ABOUT

Intro to project

Vision loss and blindness are frequently attributed to age-related macular degeneration and proliferative diabetic retinopathy. These diseases share neovascularization as a common etiology involving the pathological growth of retinal capillaries leading to blindness if left untreated. Existing treatments necessitate specialized injections that come with notable adverse effects.

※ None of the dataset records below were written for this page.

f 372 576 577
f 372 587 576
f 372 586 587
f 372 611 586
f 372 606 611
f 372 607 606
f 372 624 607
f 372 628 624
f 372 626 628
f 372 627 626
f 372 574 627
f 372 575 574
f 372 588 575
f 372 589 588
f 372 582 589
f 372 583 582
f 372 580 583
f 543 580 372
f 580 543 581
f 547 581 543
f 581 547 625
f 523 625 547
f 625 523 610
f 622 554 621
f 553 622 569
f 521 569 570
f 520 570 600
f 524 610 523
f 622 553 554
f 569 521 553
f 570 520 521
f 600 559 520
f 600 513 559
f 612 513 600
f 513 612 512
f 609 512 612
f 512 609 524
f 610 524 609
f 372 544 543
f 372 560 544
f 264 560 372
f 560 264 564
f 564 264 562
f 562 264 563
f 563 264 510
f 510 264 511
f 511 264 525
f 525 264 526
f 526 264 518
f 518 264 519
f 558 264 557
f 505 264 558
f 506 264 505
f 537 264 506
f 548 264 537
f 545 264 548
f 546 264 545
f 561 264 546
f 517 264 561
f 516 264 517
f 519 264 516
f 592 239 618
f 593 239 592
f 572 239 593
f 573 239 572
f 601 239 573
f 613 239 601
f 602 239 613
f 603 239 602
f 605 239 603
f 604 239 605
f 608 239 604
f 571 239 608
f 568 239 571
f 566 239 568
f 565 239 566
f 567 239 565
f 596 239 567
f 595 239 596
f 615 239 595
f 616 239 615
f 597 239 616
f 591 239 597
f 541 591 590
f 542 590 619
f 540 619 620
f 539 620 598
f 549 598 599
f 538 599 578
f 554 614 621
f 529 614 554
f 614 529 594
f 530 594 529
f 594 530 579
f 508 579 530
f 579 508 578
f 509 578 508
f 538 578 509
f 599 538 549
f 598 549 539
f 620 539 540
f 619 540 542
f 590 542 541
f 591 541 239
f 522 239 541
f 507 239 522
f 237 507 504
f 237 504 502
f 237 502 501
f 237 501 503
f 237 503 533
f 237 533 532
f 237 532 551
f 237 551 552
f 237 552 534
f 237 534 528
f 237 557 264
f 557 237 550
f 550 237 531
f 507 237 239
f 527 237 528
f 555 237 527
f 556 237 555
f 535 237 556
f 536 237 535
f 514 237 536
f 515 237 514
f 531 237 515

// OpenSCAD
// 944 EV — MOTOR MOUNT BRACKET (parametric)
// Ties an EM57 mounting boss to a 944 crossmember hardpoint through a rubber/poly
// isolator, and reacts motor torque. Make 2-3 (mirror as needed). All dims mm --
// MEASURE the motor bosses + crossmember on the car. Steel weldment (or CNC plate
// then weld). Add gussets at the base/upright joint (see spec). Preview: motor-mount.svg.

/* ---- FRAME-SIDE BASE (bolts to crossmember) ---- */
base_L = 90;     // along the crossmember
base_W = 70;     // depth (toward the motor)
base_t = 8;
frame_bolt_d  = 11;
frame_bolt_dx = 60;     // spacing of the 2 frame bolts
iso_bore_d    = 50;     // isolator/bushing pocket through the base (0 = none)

Considering this, the NeoVasculoStop project, funded by the EU, aims to revolutionize treatment methods. Our project aims to develop an orally bioavailable medication specifically targeted to the eye, aiming to mitigate adverse effects, preserve vision, and alleviate the financial burden linked to retinopathies.

objectives
• We plan to improve treatments that target the vascular endothelial growth factor receptor, a crucial regulator of angiogenesis and a widely recognized target for treating retinopathy.
• The modified VEGFR inhibitors will be synthesized based on in silico analysis.
• The most promising candidate molecules will be tested on cultured human retinal microvascular endothelial cells (HRMEC) to assess their potential to inhibit neovascularization.
• At least one additional molecule will be developed, derived from a different VEGFR inhibitor, through a specific chemical modification.
• The enrichment of the compounds in the retina will be tested under exposure to natural light and artificial irradiation.
• The compounds’ efficiency will be tested.
• The absence of toxicity and tolerability of the modified compounds will be verified.
• The documents needed for the human Phase I clinical trial will be created using the experiments conducted above.
Project approach

Our approach is poised to trigger a paradigm shift in the design of future drug delivery strategies targeted at the retina.

Current treatment methods involve specialized injections directly into the eye, necessitating outpatient visits to specialized treatment centers and often leading to significant adverse effects. Oral medications with bioavailability could transform retinopathy treatment by minimizing side effects, preserving vision, reducing financial burdens, and enhancing healthcare accessibility. Inspired by this idea, we have developed an approach that can be exploited to target essentially any therapeutic molecule to the eye. Our innovative drug targeting strategy not only enhances the concentration of modified molecules in retinal tissue but also lowers the necessary oral dosage in comparison to current anti-angiogenic cancer therapies, thus heightening treatment safety.